1. Technical Field of the Invention
This invention relates to magnetic recording media and, particularly, flexible magnetic recording sheets stretched across and adhesively attached to opposite major surfaces of a disk-shaped support to provide planar recording surfaces.
2. Description of the Prior Art
Conventional, commercially available linear tape recording systems have excellent fidelity characteristics, are durable and are relatively inexpensive. The main shortcoming of linear tape systems is that access to information located on widely separated portions of the tape requires a relatively large amount of time in winding and rewinding the tape.
A disk configuration, on the other hand, will allow random access to different portions of the recorded information since all of the information is available on a single plane. In addition, a plurality of magnetic transducer heads may be used in conjunction with a disk to provide rapid access to random portions of the information recorded on the disk. Thus, while the disk configuration functions the same as the linear tape configuration in that audio or video signals are imparted to a magnetic, iron-oxide coated film and reproduced from this film by means of a transducer head as the iron-oxide coated film is transported relative to the head, the disk configuration has greater utility than the tape configuration because the information recorded on the disk is located in a single plane. This allows the transducer head to rapidly access widely separated portions of the recorded material, an advantage which is not possible with linear tape configurations.

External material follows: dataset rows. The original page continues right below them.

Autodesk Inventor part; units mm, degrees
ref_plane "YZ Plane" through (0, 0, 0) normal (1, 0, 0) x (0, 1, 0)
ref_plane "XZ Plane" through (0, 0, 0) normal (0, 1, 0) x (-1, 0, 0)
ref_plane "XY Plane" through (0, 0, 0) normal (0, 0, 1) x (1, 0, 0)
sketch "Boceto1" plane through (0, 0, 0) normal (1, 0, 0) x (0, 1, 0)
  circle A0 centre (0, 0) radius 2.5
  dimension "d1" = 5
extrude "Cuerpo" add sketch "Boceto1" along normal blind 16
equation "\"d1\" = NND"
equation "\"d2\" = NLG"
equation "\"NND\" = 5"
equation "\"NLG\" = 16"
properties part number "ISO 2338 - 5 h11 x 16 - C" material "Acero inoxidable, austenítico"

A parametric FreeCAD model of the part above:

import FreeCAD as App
import Part
import Sketcher
Q = App.Units.Quantity

doc = App.newDocument("Part")
body = doc.addObject("PartDesign::Body", "Body")

# Sketch on YZ plane
sketch1 = body.newObject("Sketcher::SketchObject", "Sketch")
sketch1.AttachmentSupport = (doc.getObject("YZ_Plane"), [""])
sketch1.MapMode = "FlatFace"
sketch1.addGeometry(Part.Circle(App.Vector(0, 0, 0), App.Vector(0, 0, 1), 2.5), False)
sketch1.addConstraint(Sketcher.Constraint("Coincident", 0, 3, -1, 1))
sketch1.addConstraint(Sketcher.Constraint("Diameter", 0, Q("5 mm")))
pad1 = body.newObject("PartDesign::Pad", "Pad")
pad1.Profile = sketch1
pad1.Length = 16

doc.recompute()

One type of recording disk presently in wide-spread use is the so-called "floppy" disk, such as illustrated in U.S. Pat. No. 3,668,658 issued to Flores et al. This disk type consists of a relatively thick sheet of polymeric material which includes a magnetizable surface coating. Floppy disks are both inexpensive and convenient to use. Drawbacks associated with this type of disk, however, are that the disk experiences relatively large dimensional changes in response to temperature and humidity fluctuations and that a pressure pad opposite the transducer head is required which causes wear, limits the rotational speed and, hence, reduces access times.
The development of stretched surface recording (SSR) disks has progressed over the years from a rather simple configuration described in U.S. Pat. No. 3,373,413, issued to Treseder, in which a film was stretched and clamped between two circular rings, to a dish-shaped support to which a stretched film was attached at the periphery as illustrated by U.S. Pat. No. 3,509,274, issued to Kihara. Subsequently, U.S. Pat. No. 3,537,083, issued to Voth, introduced the concept of bonding the film at the center of the support in addition to the support periphery, and U.S. Pat. No. 3,599,226, issued to Lips, described an SSR disk which included two stretched film surfaces on either side of the support which were attached at the periphery and the center of the support.

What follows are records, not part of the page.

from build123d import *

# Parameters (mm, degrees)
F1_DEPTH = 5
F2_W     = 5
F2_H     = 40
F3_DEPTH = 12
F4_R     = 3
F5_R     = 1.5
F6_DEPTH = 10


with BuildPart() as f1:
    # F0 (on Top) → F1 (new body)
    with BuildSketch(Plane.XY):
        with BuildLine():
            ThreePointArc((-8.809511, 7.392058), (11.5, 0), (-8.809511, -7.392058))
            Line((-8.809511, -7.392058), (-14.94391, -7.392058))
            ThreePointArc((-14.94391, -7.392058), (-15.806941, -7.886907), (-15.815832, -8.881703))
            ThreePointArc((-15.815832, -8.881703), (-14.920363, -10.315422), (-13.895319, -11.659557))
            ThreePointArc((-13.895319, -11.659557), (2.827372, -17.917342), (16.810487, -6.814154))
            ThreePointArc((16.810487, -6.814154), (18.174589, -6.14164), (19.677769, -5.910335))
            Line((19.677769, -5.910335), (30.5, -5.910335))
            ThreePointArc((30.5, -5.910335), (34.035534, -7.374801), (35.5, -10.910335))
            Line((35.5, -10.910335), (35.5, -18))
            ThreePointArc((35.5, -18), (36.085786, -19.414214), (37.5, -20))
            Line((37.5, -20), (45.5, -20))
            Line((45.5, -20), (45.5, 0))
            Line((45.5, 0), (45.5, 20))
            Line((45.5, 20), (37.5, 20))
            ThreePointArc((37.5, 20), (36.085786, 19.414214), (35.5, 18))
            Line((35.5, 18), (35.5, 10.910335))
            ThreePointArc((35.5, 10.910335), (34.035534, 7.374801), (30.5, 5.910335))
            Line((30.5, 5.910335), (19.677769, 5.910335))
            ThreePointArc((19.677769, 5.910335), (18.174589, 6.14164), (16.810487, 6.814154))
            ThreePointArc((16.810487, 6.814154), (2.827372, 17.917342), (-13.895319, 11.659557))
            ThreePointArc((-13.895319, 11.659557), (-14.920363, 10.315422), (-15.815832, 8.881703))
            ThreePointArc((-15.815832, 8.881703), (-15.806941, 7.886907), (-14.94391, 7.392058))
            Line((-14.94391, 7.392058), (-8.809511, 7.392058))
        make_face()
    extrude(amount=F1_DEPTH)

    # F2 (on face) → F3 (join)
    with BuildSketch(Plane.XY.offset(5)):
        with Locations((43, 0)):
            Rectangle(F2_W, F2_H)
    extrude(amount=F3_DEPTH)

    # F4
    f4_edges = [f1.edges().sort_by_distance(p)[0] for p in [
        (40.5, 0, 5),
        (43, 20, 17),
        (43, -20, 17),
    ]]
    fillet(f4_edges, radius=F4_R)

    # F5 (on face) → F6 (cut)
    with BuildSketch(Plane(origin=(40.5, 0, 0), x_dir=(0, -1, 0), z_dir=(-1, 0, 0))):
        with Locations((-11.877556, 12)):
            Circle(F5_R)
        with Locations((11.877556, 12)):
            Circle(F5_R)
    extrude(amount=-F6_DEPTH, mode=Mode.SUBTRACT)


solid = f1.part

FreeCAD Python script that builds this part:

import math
import FreeCAD as App
import Part
import Sketcher
from FreeCAD import Vector


def edges_at(feature, points):
    """Names of the edges that pass closest to the given points."""
    edges = feature.Shape.Edges
    near = lambda p: min(range(len(edges)), key=lambda i: edges[i].distToShape(Part.Vertex(*p))[0])
    return sorted({f"Edge{near(p) + 1}" for p in points})

doc = App.newDocument("Part")
body = doc.addObject("PartDesign::Body", "Body")

# Sketch on XY plane
sketch1 = body.newObject("Sketcher::SketchObject", "Sketch")
sketch1.AttachmentSupport = (doc.getObject("XY_Plane"), [""])
sketch1.MapMode = "FlatFace"
sketch1.addGeometry(Part.ArcOfCircle(Part.Circle(Vector(0, 0, 0), Vector(0, 0, 1), 11.5), math.radians(-140), math.radians(140)), False)
sketch1.addGeometry(Part.LineSegment(Vector(-8.8, -7.4, 0), Vector(-14.9, -7.4, 0)), False)
sketch1.addGeometry(Part.ArcOfCircle(Part.Circle(Vector(-14.9, -8.4, 0), Vector(0, 0, 1), 1), math.radians(90), math.radians(209)), False)
sketch1.addGeometry(Part.ArcOfCircle(Part.Circle(Vector(0, 0, 0), Vector(0, 0, 1), 18.1), math.radians(-150.68), math.radians(-140)), False)
sketch1.addGeometry(Part.ArcOfCircle(Part.Circle(Vector(0, 0, 0), Vector(0, 0, 1), 18.1), math.radians(-140), math.radians(-22)), False)
sketch1.addGeometry(Part.ArcOfCircle(Part.Circle(Vector(19.7, -10.9, 0), Vector(0, 0, 1), 5), math.radians(90), math.radians(125)), False)
sketch1.addGeometry(Part.LineSegment(Vector(19.7, -5.9, 0), Vector(30.5, -5.9, 0)), False)
sketch1.addGeometry(Part.ArcOfCircle(Part.Circle(Vector(30.5, -10.9, 0), Vector(0, 0, 1), 5), math.radians(0), math.radians(90)), False)
sketch1.addGeometry(Part.LineSegment(Vector(35.5, -10.9, 0), Vector(35.5, -18, 0)), False)
sketch1.addGeometry(Part.ArcOfCircle(Part.Circle(Vector(37.5, -18, 0), Vector(0, 0, 1), 2), math.radians(180), math.radians(270)), False)
sketch1.addGeometry(Part.LineSegment(Vector(37.5, -20, 0), Vector(45.5, -20, 0)), False)
sketch1.addGeometry(Part.LineSegment(Vector(45.5, -20, 0), Vector(45.5, 20, 0)), False)
sketch1.addGeometry(Part.LineSegment(Vector(45.5, 20, 0), Vector(37.5, 20, 0)), False)
sketch1.addGeometry(Part.ArcOfCircle(Part.Circle(Vector(37.5, 18, 0), Vector(0, 0, 1), 2), math.radians(90), math.radians(180)), False)
sketch1.addGeometry(Part.LineSegment(Vector(35.5, 18, 0), Vector(35.5, 10.9, 0)), False)
sketch1.addGeometry(Part.ArcOfCircle(Part.Circle(Vector(30.5, 10.9, 0), Vector(0, 0, 1), 5), math.radians(-90), math.radians(0)), False)
sketch1.addGeometry(Part.LineSegment(Vector(30.5, 5.9, 0), Vector(19.7, 5.9, 0)), False)
sketch1.addGeometry(Part.ArcOfCircle(Part.Circle(Vector(19.7, 10.9, 0), Vector(0, 0, 1), 5), math.radians(-125), math.radians(-90)), False)
sketch1.addGeometry(Part.ArcOfCircle(Part.Circle(Vector(0, 0, 0), Vector(0, 0, 1), 18.1), math.radians(22), math.radians(140)), False)
sketch1.addGeometry(Part.ArcOfCircle(Part.Circle(Vector(0, 0, 0), Vector(0, 0, 1), 18.1), math.radians(140), math.radians(150.68)), False)
sketch1.addGeometry(Part.ArcOfCircle(Part.Circle(Vector(-14.9, 8.4, 0), Vector(0, 0, 1), 1), math.radians(151), math.radians(270)), False)
sketch1.addGeometry(Part.LineSegment(Vector(-14.9, 7.4, 0), Vector(-8.8, 7.4, 0)), False)
sketch1.addConstraint(Sketcher.Constraint("Coincident", 0, 1, 1, 1))
sketch1.addConstraint(Sketcher.Constraint("Tangent", 1, 2, 2, 1))
sketch1.addConstraint(Sketcher.Constraint("Tangent", 2, 2, 3, 1))
sketch1.addConstraint(Sketcher.Constraint("Tangent", 3, 2, 4, 1))
sketch1.addConstraint(Sketcher.Constraint("Coincident", 4, 2, 5, 2))
sketch1.addConstraint(Sketcher.Constraint("Tangent", 5, 1, 6, 1))
sketch1.addConstraint(Sketcher.Constraint("Tangent", 6, 2, 7, 2))
sketch1.addConstraint(Sketcher.Constraint("Tangent", 7, 1, 8, 1))
sketch1.addConstraint(Sketcher.Constraint("Tangent", 8, 2, 9, 1))
sketch1.addConstraint(Sketcher.Constraint("Tangent", 9, 2, 10, 1))
sketch1.addConstraint(Sketcher.Constraint("Coincident", 10, 2, 11, 1))
sketch1.addConstraint(Sketcher.Constraint("Coincident", 11, 2, 12, 1))
sketch1.addConstraint(Sketcher.Constraint("Tangent", 12, 2, 13, 1))
sketch1.addConstraint(Sketcher.Constraint("Tangent", 13, 2, 14, 1))
sketch1.addConstraint(Sketcher.Constraint("Tangent", 14, 2, 15, 2))
sketch1.addConstraint(Sketcher.Constraint("Tangent", 15, 1, 16, 1))
sketch1.addConstraint(Sketcher.Constraint("Tangent", 16, 2, 17, 2))
sketch1.addConstraint(Sketcher.Constraint("Coincident", 17, 1, 18, 1))
sketch1.addConstraint(Sketcher.Constraint("Tangent", 18, 2, 19, 1))
sketch1.addConstraint(Sketcher.Constraint("Tangent", 19, 2, 20, 1))
sketch1.addConstraint(Sketcher.Constraint("Tangent", 20, 2, 21, 1))
sketch1.addConstraint(Sketcher.Constraint("Coincident", 21, 2, 0, 2))
sketch1.addConstraint(Sketcher.Constraint("Horizontal", 1))
sketch1.addConstraint(Sketcher.Constraint("Horizontal", 6))
sketch1.addConstraint(Sketcher.Constraint("Vertical", 8))
sketch1.addConstraint(Sketcher.Constraint("Horizontal", 10))
sketch1.addConstraint(Sketcher.Constraint("Vertical", 11))
sketch1.addConstraint(Sketcher.Constraint("Horizontal", 12))
sketch1.addConstraint(Sketcher.Constraint("Vertical", 14))
sketch1.addConstraint(Sketcher.Constraint("Horizontal", 16))
sketch1.addConstraint(Sketcher.Constraint("Horizontal", 21))
sketch1.addConstraint(Sketcher.Constraint("Coincident", 0, 3, -1, 1))
sketch1.addConstraint(Sketcher.Constraint("Coincident", 4, 3, -1, 1))
sketch1.addConstraint(Sketcher.Constraint("Coincident", 18, 3, -1, 1))
sketch1.addConstraint(Sketcher.Constraint("Equal", 5, 7))
sketch1.addConstraint(Sketcher.Constraint("Equal", 9, 13))
sketch1.addConstraint(Sketcher.Constraint("Equal", 7, 15))
sketch1.addConstraint(Sketcher.Constraint("Equal", 15, 17))
sketch1.addConstraint(Sketcher.Constraint("Equal", 4, 18))
sketch1.addConstraint(Sketcher.Constraint("Equal", 3, 19))
sketch1.addConstraint(Sketcher.Constraint("Equal", 2, 20))
sketch1.addConstraint(Sketcher.Constraint("Symmetric", 9, 3, 13, 3, -1))
sketch1.addConstraint(Sketcher.Constraint("Symmetric", 5, 3, 17, 3, -1))
sketch1.addConstraint(Sketcher.Constraint("Vertical", 2, 3, 20, 3))
sketch1.addConstraint(Sketcher.Constraint("Vertical", 3, 2, 18, 2))
sketch1.addConstraint(Sketcher.Constraint("Radius", 2, 1.0))
sketch1.addConstraint(Sketcher.Constraint("Radius", 5, 5.000001))
sketch1.addConstraint(Sketcher.Constraint("Radius", 9, 1.999999))
sketch1.addConstraint(Sketcher.Constraint("Radius", 0, 11.5))
sketch1.addConstraint(Sketcher.Constraint("DistanceX", 10, 1, 10, 2, 8.0))
sketch1.addConstraint(Sketcher.Constraint("DistanceY", 11, 1, 11, 2, 40.0))
sketch1.addConstraint(Sketcher.Constraint("DistanceX", -1, 1, 7, 3, 30.5))
sketch1.addConstraint(Sketcher.Constraint("Radius", 4, 18.13905))
sketch1.addConstraint(Sketcher.Constraint("DistanceX", 1, 2, 1, 1, 6.134399))
sketch1.addConstraint(Sketcher.Constraint("Radius", 3, 18.139125))
sketch1.addConstraint(Sketcher.Constraint("DistanceX", 6, 1, 6, 2, 10.822231))
sketch1.addConstraint(Sketcher.Constraint("DistanceY", 3, 2, 2, 3, 3.267499))
sketch1.addConstraint(Sketcher.Constraint("DistanceY", 4, 2, 3, 3, 6.8142))
pad1 = body.newObject("PartDesign::Pad", "Pad")
pad1.Profile = sketch1
pad1.Length = 5

# Sketch on XY plane
sketch2 = body.newObject("Sketcher::SketchObject", "Sketch001")
sketch2.AttachmentSupport = (doc.getObject("XY_Plane"), [""])
sketch2.MapMode = "FlatFace"
sketch2.AttachmentOffset = App.Placement(Vector(0, 0, 5), App.Rotation())
sketch2.addGeometry(Part.LineSegment(Vector(40, 20, 0), Vector(40, -20, 0)), False)
sketch2.addGeometry(Part.LineSegment(Vector(40, -20, 0), Vector(46, -20, 0)), False)
sketch2.addGeometry(Part.LineSegment(Vector(46, -20, 0), Vector(46, 20, 0)), False)
sketch2.addGeometry(Part.LineSegment(Vector(46, 20, 0), Vector(40, 20, 0)), False)
sketch2.addConstraint(Sketcher.Constraint("Coincident", 0, 2, 1, 1))
sketch2.addConstraint(Sketcher.Constraint("Coincident", 1, 2, 2, 1))
sketch2.addConstraint(Sketcher.Constraint("Coincident", 2, 2, 3, 1))
sketch2.addConstraint(Sketcher.Constraint("Coincident", 3, 2, 0, 1))
sketch2.addConstraint(Sketcher.Constraint("Vertical", 0))
sketch2.addConstraint(Sketcher.Constraint("Horizontal", 1))
sketch2.addConstraint(Sketcher.Constraint("Vertical", 2))
sketch2.addConstraint(Sketcher.Constraint("Horizontal", 3))
sketch2.addConstraint(Sketcher.Constraint("DistanceX", 1, 1, 1, 2, 5.0))
sketch2.addConstraint(Sketcher.Constraint("DistanceY", 0, 2, 0, 1, 40.0))
sketch2.addConstraint(Sketcher.Constraint("DistanceY", 0, 2, -1, 1, 20.0))
sketch2.addConstraint(Sketcher.Constraint("DistanceX", -1, 1, 0, 2, 40.5))
pad2 = body.newObject("PartDesign::Pad", "Pad001")
pad2.Profile = sketch2
pad2.Length = 12
doc.recompute()

fillet = body.newObject("PartDesign::Fillet", "Fillet")
fillet.Base = (pad2, edges_at(pad2, [(40.5, 0, 5), (43, 20, 17), (43, -20, 17)]))
fillet.Radius = 3

# Sketch on YZ plane
sketch3 = body.newObject("Sketcher::SketchObject", "Sketch002")
sketch3.AttachmentSupport = (doc.getObject("YZ_Plane"), [""])
sketch3.MapMode = "FlatFace"
sketch3.AttachmentOffset = App.Placement(Vector(0, 0, 40.5), App.Rotation())
sketch3.addGeometry(Part.Circle(Vector(11.9, 12, 0), Vector(0, 0, 1), 1.5), False)
sketch3.addGeometry(Part.Circle(Vector(-11.9, 12, 0), Vector(0, 0, 1), 1.5), False)
sketch3.addConstraint(Sketcher.Constraint("Equal", 0, 1))
sketch3.addConstraint(Sketcher.Constraint("Symmetric", 0, 3, 1, 3, -2))
sketch3.addConstraint(Sketcher.Constraint("Diameter", 0, 3.0))
sketch3.addConstraint(Sketcher.Constraint("DistanceY", -1, 1, 0, 3, 12.0))
sketch3.addConstraint(Sketcher.Constraint("DistanceX", -1, 1, 0, 3, 11.877556))
pocket1 = body.newObject("PartDesign::Pocket", "Pocket")
pocket1.Profile = sketch3
pocket1.Length = 10
pocket1.Reversed = True

doc.recompute()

Although the patents described above have illustrated the general configuration and many desirable features of SSR disks, many practical problems yet remain as impediments to the mass production and general acceptance of SSR disks as a recording medium. These include the problems of economically and reliably attaching a very thin film to a relatively thick substrate, ensuring that the film remains at a desired tension and planar with respect to the support, thermal expansion differentials between the support and the film, reduction of usable recording area by the area necessary for bonding the film to the support, and the useful life of the bond between the film and the support.
The major problems associated with SSR disks is ensuring that the films remain planar and achieving a reliable bond between the film and the substrate. The film may be maintained in a planar condition by providing the substrate with raised, radially inward and outward ridges which project above the major surfaces of the substrate and provide reference surfaces across which the film may be stretched. It was thought that a reliable bond between the film and the substrate could be achieved by providing annular, sloped film attachment surfaces inward and outward of the inner and outer annular ridges, respectively, which were below the level of the reference surfaces produced by the raised ridges. It was found, however, that a flat sloped surface did not yield an adequate adhesive bond between the film and the substrate because of a peculiar property of annular films bent around an annular support.
If an annular film is bent around an annular fulcrum located near the inner diameter of the film, the film assumes a downwardly concave contour between the fulcrum and the tool used to pull the film around the fulcrum. The film at a fulcrum located near the outer diameter of the annular film assumes a downwardly convex contour between the fulcrum and the tool used to stretch the film around the outer fulcrum. Thus, the contour of the film as stretched around the reference surfaces described above will not conform to a flat bonding surface, even if this bonding surface is sloped downwardly with respect to the plane of the substrate. It has been found that this contour effect of the stretched film is related to the diameter of the annular fulcrum around which the film is stretched and is more severe as the diameter of the annular fulcrum decreases.